In Familienfreundlichkeit liegt Kärnten österreichweit vorne
OGM-Studie zeigt hohe Zufriedenheit auf. Vor allem wegen der finanziellen Hilfeleistungen des Landes.
Mit der guten Note 2,2 (gleich wie Burgenland und Niederösterreich) bewerten die Kärntner die Kinder- und Familienfreundlichkeit im Lande. Der Österreichschnitt betragt 2,6 auf der fünfteiligen Skala. Landeshauptmann Jörg Haider und Kindergartenreferent Gerhard Dörfler konnten gestern mit dem Ergebnis der vom Land in Auftrag gegebenen OGM-Studie hoch zufrieden sein.

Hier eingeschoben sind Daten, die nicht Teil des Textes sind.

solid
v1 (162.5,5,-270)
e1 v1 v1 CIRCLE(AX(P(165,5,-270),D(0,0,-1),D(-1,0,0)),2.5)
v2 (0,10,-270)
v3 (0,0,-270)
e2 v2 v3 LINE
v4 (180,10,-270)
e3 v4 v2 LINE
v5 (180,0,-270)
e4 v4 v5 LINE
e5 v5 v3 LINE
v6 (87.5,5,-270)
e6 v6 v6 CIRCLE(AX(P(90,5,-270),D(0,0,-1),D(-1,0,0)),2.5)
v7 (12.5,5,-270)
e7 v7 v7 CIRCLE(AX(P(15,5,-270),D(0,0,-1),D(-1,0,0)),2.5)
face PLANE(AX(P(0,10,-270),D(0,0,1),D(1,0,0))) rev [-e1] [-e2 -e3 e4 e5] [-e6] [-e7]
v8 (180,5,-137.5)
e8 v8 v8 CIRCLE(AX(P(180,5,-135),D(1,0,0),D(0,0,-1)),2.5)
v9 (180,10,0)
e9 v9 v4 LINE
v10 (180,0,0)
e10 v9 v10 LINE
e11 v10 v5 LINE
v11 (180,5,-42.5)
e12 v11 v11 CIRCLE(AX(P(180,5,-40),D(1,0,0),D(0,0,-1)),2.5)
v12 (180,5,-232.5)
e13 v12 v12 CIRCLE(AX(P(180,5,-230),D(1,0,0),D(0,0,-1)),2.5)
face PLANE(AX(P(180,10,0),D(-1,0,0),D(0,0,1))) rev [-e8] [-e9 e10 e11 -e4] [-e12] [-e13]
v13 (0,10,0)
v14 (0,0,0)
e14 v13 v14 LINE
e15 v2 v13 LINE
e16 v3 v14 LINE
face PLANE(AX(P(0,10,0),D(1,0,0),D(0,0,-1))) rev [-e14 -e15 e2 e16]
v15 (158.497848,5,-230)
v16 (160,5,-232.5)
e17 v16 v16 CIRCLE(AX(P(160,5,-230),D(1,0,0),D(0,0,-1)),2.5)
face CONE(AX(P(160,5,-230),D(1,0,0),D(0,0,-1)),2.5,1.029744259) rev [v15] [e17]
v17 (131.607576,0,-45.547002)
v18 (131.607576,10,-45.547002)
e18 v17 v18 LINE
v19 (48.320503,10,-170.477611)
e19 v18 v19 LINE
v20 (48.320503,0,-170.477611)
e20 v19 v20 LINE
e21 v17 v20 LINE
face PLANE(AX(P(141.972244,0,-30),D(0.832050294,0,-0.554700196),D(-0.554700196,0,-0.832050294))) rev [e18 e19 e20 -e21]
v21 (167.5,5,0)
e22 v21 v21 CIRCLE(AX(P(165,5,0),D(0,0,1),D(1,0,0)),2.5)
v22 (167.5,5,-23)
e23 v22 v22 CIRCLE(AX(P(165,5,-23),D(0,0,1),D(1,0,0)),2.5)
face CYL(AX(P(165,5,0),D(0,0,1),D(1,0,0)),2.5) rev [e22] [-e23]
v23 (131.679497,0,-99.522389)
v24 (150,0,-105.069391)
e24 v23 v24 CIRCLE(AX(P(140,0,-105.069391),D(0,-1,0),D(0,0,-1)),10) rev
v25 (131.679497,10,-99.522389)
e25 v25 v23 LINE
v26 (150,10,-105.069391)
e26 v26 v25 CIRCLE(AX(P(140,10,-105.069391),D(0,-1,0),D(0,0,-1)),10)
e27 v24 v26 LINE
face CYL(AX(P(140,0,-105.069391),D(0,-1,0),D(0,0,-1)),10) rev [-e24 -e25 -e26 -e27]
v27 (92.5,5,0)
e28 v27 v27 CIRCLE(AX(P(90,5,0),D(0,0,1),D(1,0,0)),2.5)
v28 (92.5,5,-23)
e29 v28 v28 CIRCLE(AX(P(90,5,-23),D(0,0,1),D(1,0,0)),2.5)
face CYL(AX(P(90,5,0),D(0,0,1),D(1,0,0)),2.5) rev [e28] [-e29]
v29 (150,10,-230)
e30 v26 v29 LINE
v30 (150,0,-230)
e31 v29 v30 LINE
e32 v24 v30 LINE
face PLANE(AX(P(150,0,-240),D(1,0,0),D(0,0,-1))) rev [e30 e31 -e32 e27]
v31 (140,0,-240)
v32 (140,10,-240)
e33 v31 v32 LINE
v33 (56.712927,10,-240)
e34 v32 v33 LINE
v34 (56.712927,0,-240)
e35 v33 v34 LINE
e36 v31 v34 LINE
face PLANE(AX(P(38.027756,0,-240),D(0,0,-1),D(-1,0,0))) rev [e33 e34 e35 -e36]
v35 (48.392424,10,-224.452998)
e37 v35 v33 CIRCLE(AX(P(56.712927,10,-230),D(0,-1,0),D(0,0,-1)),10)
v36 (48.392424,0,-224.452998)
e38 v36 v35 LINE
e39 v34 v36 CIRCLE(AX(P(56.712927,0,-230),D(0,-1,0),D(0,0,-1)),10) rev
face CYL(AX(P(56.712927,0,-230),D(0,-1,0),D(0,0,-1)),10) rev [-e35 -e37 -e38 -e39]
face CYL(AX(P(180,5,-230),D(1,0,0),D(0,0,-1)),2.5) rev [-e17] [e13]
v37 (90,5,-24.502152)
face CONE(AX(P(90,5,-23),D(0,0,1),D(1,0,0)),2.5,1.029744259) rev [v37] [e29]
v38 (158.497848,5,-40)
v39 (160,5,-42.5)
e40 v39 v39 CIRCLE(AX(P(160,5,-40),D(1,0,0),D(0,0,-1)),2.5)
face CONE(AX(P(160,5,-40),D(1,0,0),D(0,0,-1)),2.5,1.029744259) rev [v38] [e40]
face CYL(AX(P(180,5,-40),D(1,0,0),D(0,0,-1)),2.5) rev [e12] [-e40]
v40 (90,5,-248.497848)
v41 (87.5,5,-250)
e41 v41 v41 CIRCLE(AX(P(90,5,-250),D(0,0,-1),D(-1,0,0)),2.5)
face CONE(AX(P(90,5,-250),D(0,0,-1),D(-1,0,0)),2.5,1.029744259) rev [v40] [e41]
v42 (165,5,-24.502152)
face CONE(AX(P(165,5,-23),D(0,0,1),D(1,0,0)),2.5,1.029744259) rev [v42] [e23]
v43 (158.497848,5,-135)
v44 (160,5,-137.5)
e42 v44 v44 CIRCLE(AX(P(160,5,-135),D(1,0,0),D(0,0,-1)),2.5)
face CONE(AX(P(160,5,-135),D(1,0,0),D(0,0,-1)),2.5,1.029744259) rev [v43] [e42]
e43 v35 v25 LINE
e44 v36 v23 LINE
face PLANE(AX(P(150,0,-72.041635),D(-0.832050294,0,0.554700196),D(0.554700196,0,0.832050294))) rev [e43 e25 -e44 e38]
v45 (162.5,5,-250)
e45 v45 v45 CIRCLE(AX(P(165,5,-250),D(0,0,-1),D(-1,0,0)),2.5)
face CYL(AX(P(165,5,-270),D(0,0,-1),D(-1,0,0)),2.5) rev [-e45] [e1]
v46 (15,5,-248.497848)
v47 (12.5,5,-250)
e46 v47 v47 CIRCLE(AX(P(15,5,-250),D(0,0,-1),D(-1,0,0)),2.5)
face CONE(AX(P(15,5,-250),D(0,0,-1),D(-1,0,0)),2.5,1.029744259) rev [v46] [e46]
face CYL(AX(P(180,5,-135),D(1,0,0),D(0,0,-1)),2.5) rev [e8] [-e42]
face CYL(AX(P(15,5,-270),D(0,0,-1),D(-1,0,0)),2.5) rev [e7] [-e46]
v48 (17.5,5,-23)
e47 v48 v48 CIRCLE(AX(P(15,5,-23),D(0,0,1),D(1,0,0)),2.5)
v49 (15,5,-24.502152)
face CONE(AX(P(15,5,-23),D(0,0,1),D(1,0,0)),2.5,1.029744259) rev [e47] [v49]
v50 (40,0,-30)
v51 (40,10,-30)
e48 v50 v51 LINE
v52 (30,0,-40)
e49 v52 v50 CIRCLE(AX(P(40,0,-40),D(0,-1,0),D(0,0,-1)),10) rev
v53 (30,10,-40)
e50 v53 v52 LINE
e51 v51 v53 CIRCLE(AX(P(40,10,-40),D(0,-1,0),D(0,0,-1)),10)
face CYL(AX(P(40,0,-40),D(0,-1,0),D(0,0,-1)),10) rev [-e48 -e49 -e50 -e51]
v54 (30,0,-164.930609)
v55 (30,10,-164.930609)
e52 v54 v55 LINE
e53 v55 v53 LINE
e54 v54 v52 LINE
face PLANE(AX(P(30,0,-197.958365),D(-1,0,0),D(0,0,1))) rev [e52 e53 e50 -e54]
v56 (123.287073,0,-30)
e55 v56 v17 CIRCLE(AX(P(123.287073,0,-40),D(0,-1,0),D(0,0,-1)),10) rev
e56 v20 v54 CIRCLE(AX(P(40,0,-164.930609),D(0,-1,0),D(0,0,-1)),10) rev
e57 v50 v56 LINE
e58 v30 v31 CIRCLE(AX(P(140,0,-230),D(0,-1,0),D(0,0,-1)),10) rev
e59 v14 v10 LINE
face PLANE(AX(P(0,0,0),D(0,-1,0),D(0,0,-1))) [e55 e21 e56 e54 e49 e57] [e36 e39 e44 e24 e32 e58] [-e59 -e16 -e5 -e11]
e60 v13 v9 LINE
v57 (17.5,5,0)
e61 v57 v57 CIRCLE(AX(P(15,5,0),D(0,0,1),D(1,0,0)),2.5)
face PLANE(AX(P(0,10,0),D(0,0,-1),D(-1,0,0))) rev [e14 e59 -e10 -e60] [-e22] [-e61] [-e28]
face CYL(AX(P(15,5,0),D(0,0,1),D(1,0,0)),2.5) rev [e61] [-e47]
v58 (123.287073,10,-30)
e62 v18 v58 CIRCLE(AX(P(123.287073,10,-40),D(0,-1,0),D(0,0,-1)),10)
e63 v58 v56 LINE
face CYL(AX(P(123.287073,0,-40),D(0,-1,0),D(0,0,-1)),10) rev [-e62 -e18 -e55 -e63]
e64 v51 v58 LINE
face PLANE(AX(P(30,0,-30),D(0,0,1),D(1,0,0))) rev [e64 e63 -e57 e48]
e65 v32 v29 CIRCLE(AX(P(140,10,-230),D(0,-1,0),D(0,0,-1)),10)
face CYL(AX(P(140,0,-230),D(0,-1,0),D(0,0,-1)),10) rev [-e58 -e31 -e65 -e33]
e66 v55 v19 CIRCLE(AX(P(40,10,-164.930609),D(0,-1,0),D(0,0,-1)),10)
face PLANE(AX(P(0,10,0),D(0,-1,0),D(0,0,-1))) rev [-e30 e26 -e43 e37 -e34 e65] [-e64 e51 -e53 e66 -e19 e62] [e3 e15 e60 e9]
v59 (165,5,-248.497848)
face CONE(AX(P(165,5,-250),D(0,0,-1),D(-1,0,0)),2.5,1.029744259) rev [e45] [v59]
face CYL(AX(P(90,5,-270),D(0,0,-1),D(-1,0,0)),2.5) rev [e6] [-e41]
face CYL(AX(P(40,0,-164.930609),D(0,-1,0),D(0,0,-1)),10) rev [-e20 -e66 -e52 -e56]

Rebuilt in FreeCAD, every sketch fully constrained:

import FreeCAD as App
import Part
import Sketcher

V = App.Vector


def edges_at(feature, points):
    """Names of the edges that pass closest to the given points."""
    edges = feature.Shape.Edges
    near = lambda p: min(range(len(edges)), key=lambda i: edges[i].distToShape(Part.Vertex(*p))[0])
    return sorted({f"Edge{near(p) + 1}" for p in points})

doc = App.newDocument("Part")
params = doc.addObject("Spreadsheet::Sheet", "Params")
for row, (alias, value) in enumerate([
    ("sketch1_width", "180 mm"),
    ("sketch1_height", "270 mm"),
    ("pad1_length", "10 mm"),
    ("fillet_radius", "10 mm"),
    ("sketch3_diameter", "5 mm"),
    ("hole_diameter", "5 mm"),
    ("hole_depth", "23 mm"),
    ("sketch4_diameter", "5 mm"),
    ("hole2_diameter", "5 mm"),
    ("hole2_depth", "20 mm"),
    ("sketch5_diameter", "5 mm"),
    ("hole3_diameter", "5 mm"),
    ("hole3_depth", "20 mm"),
], start=1):
    params.set(f"A{row}", alias)
    params.set(f"B{row}", "=" + value)
    params.setAlias(f"B{row}", alias)

body = doc.addObject("PartDesign::Body", "Body")

sketch1 = body.newObject("Sketcher::SketchObject", "Sketch")
sketch1.AttachmentSupport = (doc.getObject("XZ_Plane"), [""])
sketch1.MapMode = "FlatFace"
sketch1.addGeometry([
    Part.LineSegment(V(0, -270, 0), V(0, 0, 0)),
    Part.LineSegment(V(0, 0, 0), V(180, 0, 0)),
    Part.LineSegment(V(180, 0, 0), V(180, -270, 0)),
    Part.LineSegment(V(180, -270, 0), V(0, -270, 0)),
], False)
sketch1.addConstraint([
    Sketcher.Constraint("Coincident", 0, 2, 1, 1),
    Sketcher.Constraint("Coincident", 1, 2, 2, 1),
    Sketcher.Constraint("Coincident", 2, 2, 3, 1),
    Sketcher.Constraint("Coincident", 3, 2, 0, 1),
    Sketcher.Constraint("Vertical", 0),
    Sketcher.Constraint("Horizontal", 1),
    Sketcher.Constraint("Vertical", 2),
    Sketcher.Constraint("Horizontal", 3),
    Sketcher.Constraint("Coincident", 0, 2, -1, 1),
    Sketcher.Constraint("DistanceX", 1, 1, 1, 2, 180.0),
    Sketcher.Constraint("DistanceY", 0, 1, 0, 2, 270.0),
])
sketch1.setExpression("Constraints[9]", "Params.sketch1_width")
sketch1.setExpression("Constraints[10]", "Params.sketch1_height")
pad1 = body.newObject("PartDesign::Pad", "Pad")
pad1.Profile = sketch1
pad1.setExpression("Length", "Params.pad1_length")
pad1.Reversed = True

Gewichtiger Grund für die guten Kärnten-Noten sind laut Christina Matzka von OGM die finanziellen Zuwendungen, Beispiel Gratis-Kindergarten am Vormittag.
Angebot und Nachfrage. Weitere OGM-Ergebnisse: Die Eltern-Zufriedenheit bei der Betreuung unter Dreijähriger ist mit Ausnahme der Kostenfrage "ausgezeichnet", es gebe genügend Plätze. Wobei Matzka aufzeigt: "Angebot schafft auch Nachfrage." Doch 83 Prozent sind überzeugt, dass unter Zweijährige zu Hause betreut werden sollen. Stärker als in Restösterreich werden in Kärnten - bedingt durch ländliche Regionen und Familienstruktur - Kinder unter vier Jahre zu Hause betreut. Auch Dreijährige (53 Prozent) gehen in Kärnten seltener in den Kindergarten, bei den Fünfjährigen sind es hingegen 93 Prozent. Nachholbedarf zeigt die Studie bei den Öffnungszeiten und der Nachmittagsbetreuung von Schulkindern.